2023 光アカデミー2024/Jan/09


9th Hikari Academy

9回目となる光アカデミーの参加者たち


はじめに

 2023年も押し迫った12/28(木)、29日(金)の両日、本州最西端山口県の南東部瀬戸内側に位置する光市、山口県スポーツ交流村ヨットハーバーにて光アカデミーが行われました。
 山口県は、2023年鹿児島国体において10種目中9種目にエントリーし全種目入賞、天皇杯皇后杯を獲得した国内有数の強豪チームです。そのような競技力の高いチームのアカデミーにおいて、改めてシーマンシップの考え方を共有しました。

9th Hikari Academy

開会式後、シーマンシップについて講習する山本コーチ


講師と受講生

 光市は、アカデミー事業を運営するジュニア・ユースアカデミー委員会、中村委員長の地元でもあります。今回は、その中村委員長サポートの元、わたくし山本悟(ロサンゼルスオリンピック代表)が講師を務めさせていただきました。
 本アカデミー期間中は山口県セーリング連盟恒例の年末合宿中(12/27~30)のため、受講対象のジュニア・ユースセーラー以外にも、下記の選手と指導者が加わり総勢40名の大所帯になりました。

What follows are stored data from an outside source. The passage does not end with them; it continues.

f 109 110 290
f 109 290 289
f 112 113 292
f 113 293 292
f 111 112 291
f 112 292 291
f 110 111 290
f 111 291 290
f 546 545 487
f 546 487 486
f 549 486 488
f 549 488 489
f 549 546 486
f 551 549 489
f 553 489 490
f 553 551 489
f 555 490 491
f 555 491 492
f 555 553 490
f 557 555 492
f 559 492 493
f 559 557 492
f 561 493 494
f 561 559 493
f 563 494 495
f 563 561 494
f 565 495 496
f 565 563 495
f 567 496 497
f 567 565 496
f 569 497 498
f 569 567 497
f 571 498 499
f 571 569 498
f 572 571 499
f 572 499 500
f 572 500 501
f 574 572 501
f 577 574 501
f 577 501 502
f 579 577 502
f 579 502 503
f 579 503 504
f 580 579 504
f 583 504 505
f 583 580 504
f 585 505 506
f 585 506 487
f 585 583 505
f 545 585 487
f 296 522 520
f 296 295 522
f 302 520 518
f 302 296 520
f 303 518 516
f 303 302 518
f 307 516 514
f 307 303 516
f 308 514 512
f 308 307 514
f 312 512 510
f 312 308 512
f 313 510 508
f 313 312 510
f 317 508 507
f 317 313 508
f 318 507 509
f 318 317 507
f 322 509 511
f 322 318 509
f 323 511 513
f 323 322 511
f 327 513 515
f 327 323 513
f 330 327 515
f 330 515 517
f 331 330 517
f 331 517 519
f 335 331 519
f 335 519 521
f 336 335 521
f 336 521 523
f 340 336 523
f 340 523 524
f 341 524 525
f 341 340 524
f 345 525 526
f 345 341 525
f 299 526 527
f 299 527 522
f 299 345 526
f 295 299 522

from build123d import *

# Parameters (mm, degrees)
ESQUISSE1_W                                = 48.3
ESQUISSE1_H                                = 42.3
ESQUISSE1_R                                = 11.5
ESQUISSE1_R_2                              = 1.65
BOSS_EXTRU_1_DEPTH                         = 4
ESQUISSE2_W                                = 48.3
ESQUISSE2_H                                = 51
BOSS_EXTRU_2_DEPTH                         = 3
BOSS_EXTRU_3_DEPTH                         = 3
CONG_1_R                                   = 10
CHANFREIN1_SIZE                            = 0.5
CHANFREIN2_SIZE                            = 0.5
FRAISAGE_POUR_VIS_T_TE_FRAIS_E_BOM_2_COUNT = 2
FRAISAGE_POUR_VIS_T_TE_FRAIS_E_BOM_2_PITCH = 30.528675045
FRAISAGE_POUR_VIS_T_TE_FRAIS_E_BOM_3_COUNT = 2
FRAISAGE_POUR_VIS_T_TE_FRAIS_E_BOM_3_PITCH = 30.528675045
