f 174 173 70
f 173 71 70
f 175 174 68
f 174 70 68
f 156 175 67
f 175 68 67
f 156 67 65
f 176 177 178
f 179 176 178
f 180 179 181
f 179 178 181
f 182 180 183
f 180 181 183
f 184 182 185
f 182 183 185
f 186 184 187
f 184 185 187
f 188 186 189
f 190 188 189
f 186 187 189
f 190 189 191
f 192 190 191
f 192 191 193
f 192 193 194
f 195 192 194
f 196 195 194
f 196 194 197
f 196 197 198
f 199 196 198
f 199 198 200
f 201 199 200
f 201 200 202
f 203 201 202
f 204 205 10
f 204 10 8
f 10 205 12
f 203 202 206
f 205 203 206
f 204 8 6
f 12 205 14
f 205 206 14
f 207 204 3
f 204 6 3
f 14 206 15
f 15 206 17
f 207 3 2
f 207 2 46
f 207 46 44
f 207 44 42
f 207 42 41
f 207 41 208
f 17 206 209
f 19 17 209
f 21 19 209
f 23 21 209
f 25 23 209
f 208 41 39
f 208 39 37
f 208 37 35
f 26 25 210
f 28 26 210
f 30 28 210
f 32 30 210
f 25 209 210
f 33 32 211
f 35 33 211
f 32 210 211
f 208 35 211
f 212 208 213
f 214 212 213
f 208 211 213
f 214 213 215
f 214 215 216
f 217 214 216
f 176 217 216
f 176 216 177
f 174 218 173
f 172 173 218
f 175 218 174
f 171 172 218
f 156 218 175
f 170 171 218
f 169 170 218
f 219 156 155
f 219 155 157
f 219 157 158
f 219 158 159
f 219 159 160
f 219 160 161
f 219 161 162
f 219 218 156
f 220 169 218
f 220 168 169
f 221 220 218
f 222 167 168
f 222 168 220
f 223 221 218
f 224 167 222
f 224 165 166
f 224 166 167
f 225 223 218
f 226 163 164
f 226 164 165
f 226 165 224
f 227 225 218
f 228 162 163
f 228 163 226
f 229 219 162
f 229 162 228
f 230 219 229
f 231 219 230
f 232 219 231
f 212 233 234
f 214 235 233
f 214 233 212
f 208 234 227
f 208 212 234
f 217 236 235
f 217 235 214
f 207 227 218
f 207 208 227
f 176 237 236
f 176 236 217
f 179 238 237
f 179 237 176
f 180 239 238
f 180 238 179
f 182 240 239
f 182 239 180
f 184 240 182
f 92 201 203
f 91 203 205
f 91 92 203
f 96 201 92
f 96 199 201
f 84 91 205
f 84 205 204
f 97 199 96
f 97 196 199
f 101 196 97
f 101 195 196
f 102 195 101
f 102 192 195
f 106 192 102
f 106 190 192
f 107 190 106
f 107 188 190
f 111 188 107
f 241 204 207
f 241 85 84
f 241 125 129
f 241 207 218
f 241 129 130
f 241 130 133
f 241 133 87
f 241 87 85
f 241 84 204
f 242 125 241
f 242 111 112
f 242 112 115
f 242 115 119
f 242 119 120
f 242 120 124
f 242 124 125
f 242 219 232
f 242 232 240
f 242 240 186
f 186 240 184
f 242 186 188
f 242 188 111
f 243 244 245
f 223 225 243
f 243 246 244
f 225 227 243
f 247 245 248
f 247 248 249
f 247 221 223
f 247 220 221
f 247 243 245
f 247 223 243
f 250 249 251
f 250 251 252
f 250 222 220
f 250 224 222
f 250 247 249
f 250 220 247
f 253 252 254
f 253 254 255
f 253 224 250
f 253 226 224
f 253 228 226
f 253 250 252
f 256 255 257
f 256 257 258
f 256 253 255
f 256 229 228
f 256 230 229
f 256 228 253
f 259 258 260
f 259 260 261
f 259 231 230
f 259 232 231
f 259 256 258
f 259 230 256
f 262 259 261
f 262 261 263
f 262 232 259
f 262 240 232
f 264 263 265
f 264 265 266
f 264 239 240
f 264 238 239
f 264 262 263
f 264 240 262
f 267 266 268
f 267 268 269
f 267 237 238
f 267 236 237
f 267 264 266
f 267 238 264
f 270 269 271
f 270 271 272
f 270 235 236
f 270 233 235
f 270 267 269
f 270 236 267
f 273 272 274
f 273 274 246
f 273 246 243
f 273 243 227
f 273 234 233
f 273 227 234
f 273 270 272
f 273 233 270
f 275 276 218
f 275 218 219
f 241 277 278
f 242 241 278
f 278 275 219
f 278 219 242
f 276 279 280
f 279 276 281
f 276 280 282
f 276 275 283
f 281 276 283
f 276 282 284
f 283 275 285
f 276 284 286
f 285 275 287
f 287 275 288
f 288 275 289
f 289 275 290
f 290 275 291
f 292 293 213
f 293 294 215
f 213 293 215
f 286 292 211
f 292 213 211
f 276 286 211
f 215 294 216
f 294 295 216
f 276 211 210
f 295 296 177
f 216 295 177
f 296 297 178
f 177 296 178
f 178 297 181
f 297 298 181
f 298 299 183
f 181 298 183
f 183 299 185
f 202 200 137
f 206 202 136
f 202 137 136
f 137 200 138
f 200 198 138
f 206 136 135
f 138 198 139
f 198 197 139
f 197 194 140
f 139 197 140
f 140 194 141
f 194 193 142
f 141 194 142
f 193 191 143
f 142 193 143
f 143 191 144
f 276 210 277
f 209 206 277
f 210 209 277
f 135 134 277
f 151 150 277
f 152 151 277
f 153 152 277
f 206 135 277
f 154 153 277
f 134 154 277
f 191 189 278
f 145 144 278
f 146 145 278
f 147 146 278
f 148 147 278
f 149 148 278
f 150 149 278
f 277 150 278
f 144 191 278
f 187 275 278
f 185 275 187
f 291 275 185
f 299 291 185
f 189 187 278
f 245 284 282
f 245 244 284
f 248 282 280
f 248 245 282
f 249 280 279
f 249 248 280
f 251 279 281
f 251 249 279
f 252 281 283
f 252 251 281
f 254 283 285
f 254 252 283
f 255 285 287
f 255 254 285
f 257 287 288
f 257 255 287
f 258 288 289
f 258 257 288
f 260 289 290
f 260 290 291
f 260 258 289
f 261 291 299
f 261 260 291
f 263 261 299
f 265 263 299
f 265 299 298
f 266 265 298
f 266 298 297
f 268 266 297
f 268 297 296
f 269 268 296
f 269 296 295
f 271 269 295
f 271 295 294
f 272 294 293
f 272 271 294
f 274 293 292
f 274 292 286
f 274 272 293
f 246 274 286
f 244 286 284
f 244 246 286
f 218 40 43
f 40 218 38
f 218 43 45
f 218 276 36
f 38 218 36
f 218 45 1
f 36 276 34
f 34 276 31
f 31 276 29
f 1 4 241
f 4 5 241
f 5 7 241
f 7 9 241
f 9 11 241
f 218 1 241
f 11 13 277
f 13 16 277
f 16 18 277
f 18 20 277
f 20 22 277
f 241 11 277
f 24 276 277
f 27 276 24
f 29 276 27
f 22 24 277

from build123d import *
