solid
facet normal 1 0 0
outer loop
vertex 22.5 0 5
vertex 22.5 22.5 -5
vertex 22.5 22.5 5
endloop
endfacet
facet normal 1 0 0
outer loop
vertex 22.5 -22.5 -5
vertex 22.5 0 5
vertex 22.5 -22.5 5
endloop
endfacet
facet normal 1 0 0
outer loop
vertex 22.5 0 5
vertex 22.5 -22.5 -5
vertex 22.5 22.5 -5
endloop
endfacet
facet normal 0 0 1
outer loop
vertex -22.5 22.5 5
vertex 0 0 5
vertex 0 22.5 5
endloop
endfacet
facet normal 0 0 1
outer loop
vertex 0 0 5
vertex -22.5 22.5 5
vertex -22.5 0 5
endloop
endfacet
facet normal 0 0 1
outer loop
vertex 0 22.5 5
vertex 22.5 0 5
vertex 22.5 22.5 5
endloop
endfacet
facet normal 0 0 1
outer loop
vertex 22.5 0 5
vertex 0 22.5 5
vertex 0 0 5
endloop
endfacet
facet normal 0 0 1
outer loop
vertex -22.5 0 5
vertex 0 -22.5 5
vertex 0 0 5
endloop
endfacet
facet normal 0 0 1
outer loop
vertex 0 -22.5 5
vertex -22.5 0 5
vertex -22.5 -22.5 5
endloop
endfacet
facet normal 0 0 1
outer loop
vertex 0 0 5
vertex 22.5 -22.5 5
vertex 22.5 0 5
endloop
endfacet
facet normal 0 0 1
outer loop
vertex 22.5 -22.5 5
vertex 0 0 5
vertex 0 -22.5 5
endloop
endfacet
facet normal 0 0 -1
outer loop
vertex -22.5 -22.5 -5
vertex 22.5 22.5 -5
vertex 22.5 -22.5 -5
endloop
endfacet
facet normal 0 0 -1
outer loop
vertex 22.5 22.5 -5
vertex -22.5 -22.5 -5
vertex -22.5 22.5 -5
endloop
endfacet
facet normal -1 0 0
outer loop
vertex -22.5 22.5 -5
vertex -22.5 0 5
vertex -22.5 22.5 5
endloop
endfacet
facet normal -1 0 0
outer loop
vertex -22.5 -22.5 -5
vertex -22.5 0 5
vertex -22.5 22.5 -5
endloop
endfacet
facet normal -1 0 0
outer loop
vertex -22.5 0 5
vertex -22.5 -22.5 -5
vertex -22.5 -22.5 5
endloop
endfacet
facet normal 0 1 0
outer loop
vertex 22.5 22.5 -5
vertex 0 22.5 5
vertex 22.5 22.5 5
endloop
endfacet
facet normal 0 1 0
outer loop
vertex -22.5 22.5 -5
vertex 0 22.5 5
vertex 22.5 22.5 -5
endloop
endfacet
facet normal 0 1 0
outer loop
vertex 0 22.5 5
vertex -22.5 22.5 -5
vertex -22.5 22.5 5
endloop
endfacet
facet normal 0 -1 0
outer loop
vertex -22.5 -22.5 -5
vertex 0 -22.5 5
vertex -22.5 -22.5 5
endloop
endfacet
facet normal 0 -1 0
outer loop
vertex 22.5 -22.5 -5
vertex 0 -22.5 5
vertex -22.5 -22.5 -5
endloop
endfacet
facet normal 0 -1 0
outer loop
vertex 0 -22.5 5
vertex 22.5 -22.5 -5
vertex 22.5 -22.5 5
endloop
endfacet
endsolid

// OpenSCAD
// file: ../../globals.scad
//$fa = $preview? 12 : 6;
//$fs = $preview? 2 : 0.2;

EPS = 1/64;

// Used for indexing coordinates since the dot syntax is not
// officialy supported
X = 0;
Y = 1;
Z = 2;

// Slicer defaults
LAYER_HEIGHT = 0.15;
EXTRUSION_WIDTH = 0.45;

function nearest_layer_height(n) = round(n / LAYER_HEIGHT) * LAYER_HEIGHT;
function nearest_extrusion_width(n) = round(n / EXTRUSION_WIDTH) * EXTRUSION_WIDTH;

// Defaults for all parts
WALL_XS = nearest_extrusion_width(1.25);
WALL_S = nearest_extrusion_width(2);
WALL = nearest_extrusion_width(3);
WALL_L = nearest_extrusion_width(5);
WALL_XL = nearest_extrusion_width(7.5);

// Seems to be a good middle ground, corresponds to #8 for imperial ones
SCREW = 4;

// Set up OpenSCAD rendering defaults
$fa = 6;
$fs = EXTRUSION_WIDTH / 2;

function default(v, d) = is_undef(v)? d : v;

// For engraving in all planes except those parrallel to XY.
module v_engrave(t, size=10) {
    translate([0, 0.3, 0])
    rotate([90,0,0])
    linear_extrude(0.3 + EPS)
    text(t, size=size, font="DejaVu Sans:style=Book", valign="center", halign="center", $fn=8);
}

// For engraving in all planes parrallel to XY.
module h_engrave(t, size=10) {
    translate([0, 0, -0.7])
    linear_extrude(0.7 + EPS)
    text(t, size=size, font="DejaVu Sans:style=Book", valign="center", halign="center", $fn=8);
}

// Used for creating screw holes
module screw(height, head_extra_height=0) {
    translate([0,0, -(height + head_extra_height) / 2]) {
        cylinder(height, r=SCREW/2);
        
        translate([0,0,height-SCREW/2])
        cylinder(SCREW/2, r1=SCREW/2, r2=SCREW);
        
        translate([0,0,height - EPS])
        cylinder(head_extra_height + EPS, r=SCREW);
    }
}
// main file
include <../../globals.scad>;

module block(
    size,
    left_fence=false,
    top_fence=false,
    right_fence=false,
    bottom_fence=false,
    annotation,
    fence_height=5,
    height=10
    )
{
    assert(len(size) == 2);

    module engrave() {
        text_width = min(min(size[X],size[Y]) - 2*WALL_XS, 0.5 * height * len(annotation));

        resize([text_width,0,0], auto=[true,false,true])
        v_engrave(annotation, size=0.7*height);  
    }
    
    fx = size[X] + (left_fence? WALL : 0) + (right_fence? WALL : 0);
    fy = size[Y] + (top_fence? WALL : 0) + (bottom_fence? WALL : 0);
    fz = height + fence_height;

    difference() {
        union() {
            cube([size[X], size[Y], height], center=true);

            if(top_fence) {
                translate([-size[X]/2 - (left_fence? WALL : 0), size[Y]/2, -height/2])
                cube([fx, WALL, fz]);
            }

            if(bottom_fence) {
                rotate(180)
                translate([-size[X]/2 - (right_fence? WALL : 0), size[Y]/2, -height/2])
                cube([fx, WALL, fz]);
            }

            if(right_fence) {
                translate([size[X]/2, -size[Y]/2, -height/2])
                cube([WALL, size[Y], fz]);
            }

            if(left_fence) {
                rotate(180)
                translate([size[X]/2, -size[Y]/2, -height/2])
                cube([WALL, size[Y], fz]);
            }
        }
        
        //center alignment notches in fence
        translate([0,0, height/2 + fence_height]) {
            rotate([0,45])
            cube([sqrt(2) * fence_height, size[Y] + 2*(WALL + EPS) ,sqrt(2) * fence_height], center=true);

            rotate([45,0])
            cube([size[X] + 2*(WALL + EPS), sqrt(2) * fence_height,sqrt(2) * fence_height], center=true);
        }
        
        if(annotation) {
            translate([0, -size[Y]/2 - (bottom_fence? WALL : 0), 0])
            engrave();
            
            rotate(180)
            translate([0, -size[Y]/2 - (top_fence? WALL : 0), 0])
            engrave();

            rotate(90)
            translate([0, -size[X]/2 - (right_fence? WALL : 0), 0])
            engrave();

            rotate(-90)
            translate([0, -size[X]/2 - (left_fence? WALL : 0), 0])
            engrave();
        }   
    }
}

block([45,45]);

・YAMAGUCHIジュニアアスリートアカデミー(タレント発掘・育成事業)ジュニア&ユースセーラー男女5名(全てボードセーラー)
・光高校、聖光高校ヨット部3年生男女4名(全てスポーツ推薦での大学進学予定者)
・山口大学ヨット部男女13名(OBOG2名含む)
・光高校OBOG大学生男女4名(全てスポーツ推薦での大学進学者)
・鳥取県セーリング連盟男女7名(ユースセーラー3名、社会人セーラー3名、指導者1名)
・山口県セーリング連盟指導者男女6名(県外指導者2名含む)
・アカデミー講師1名

9th Hikari Academy

海上練習初日、年末とは思えない穏やかな光の海


美しく広い練習海面

 冬場で空気が澄んでいるからでしょうか? 練習海面に日光がキラキラと反射する美しさに幾度も心を奪われます。その海は周防灘と呼ばれ、南側は広く豊後水道まで続いています。そこから吹く南風は安定しており、延々とセーリングできます。東側には祝島と小祝島が大小兄弟のように並んでいます。西側には大分県の国東半島が見え、意外と九州が近いと思わせます。
 ハーバーから出てすぐの左側は、白く長い砂浜と松林が続く室積海岸です。日本の白砂青松と渚百選に選ばれています。そこから東に室積半島が伸び、北から東の陸風に変化をもたらします。出て右側は人工のコンクリート護岸が続きますが、その先に大水無瀬島が我々を見下ろしています。この島は南から西の海風と波に影響を与え、強風時に岩で波が砕ける様は恐怖感を募らせます。今回、この島が地元大手企業の持ち物だと知りました。このように美しく変化に富んだ自然状況は、セーラーに様々な刺激と情報を与えてくれます。

9th Hikadi Academy

会場となったスポーツ交流村


航海術と自然とのコミュニケーション力

 期間中は大陸からの移動性高気圧に覆われ、年末にしては温かい2日間でした。午前中は僅かに残る北寄りの岸風、昼過ぎからは南寄りの海風に変化した軽風で練習は行われました。グループは470級、420級、ILCA6、テクノ293(ボードセーリング)、山口大学に分かれ、それぞれ指導者がつきセーラーとのコミュニケーションを取りました。練習内容は、中村委員長が設置する長短のコースにて、シンプルにスタート練習とレース練習を反復しました。経験差により山口大学は別メニューです。私は、それらを全体的に観察させてもらいながら、「航海術」と「自然とのコミュニケーション力」の両面からシーマンシップの考え方をミーティングで伝えました。

「航海術」
・セーリング強豪国の欧州は大航海時代より500年以上の歴史を持つ
・未知の大海原から生還するための技術
・歴史から蓄積された技術とプライド
「自然とのコミュニケーション力」
・航海経験の少ない日本人向けの解釈
・セーリング競技のコース戦略(自然の変化を読むこと、ストラテジー、大局)に合致
・ジュニア・ユースセーラーのレスポンスが良い(集中力が高い、楽しそう、積極的、良く考える、想像力が働く)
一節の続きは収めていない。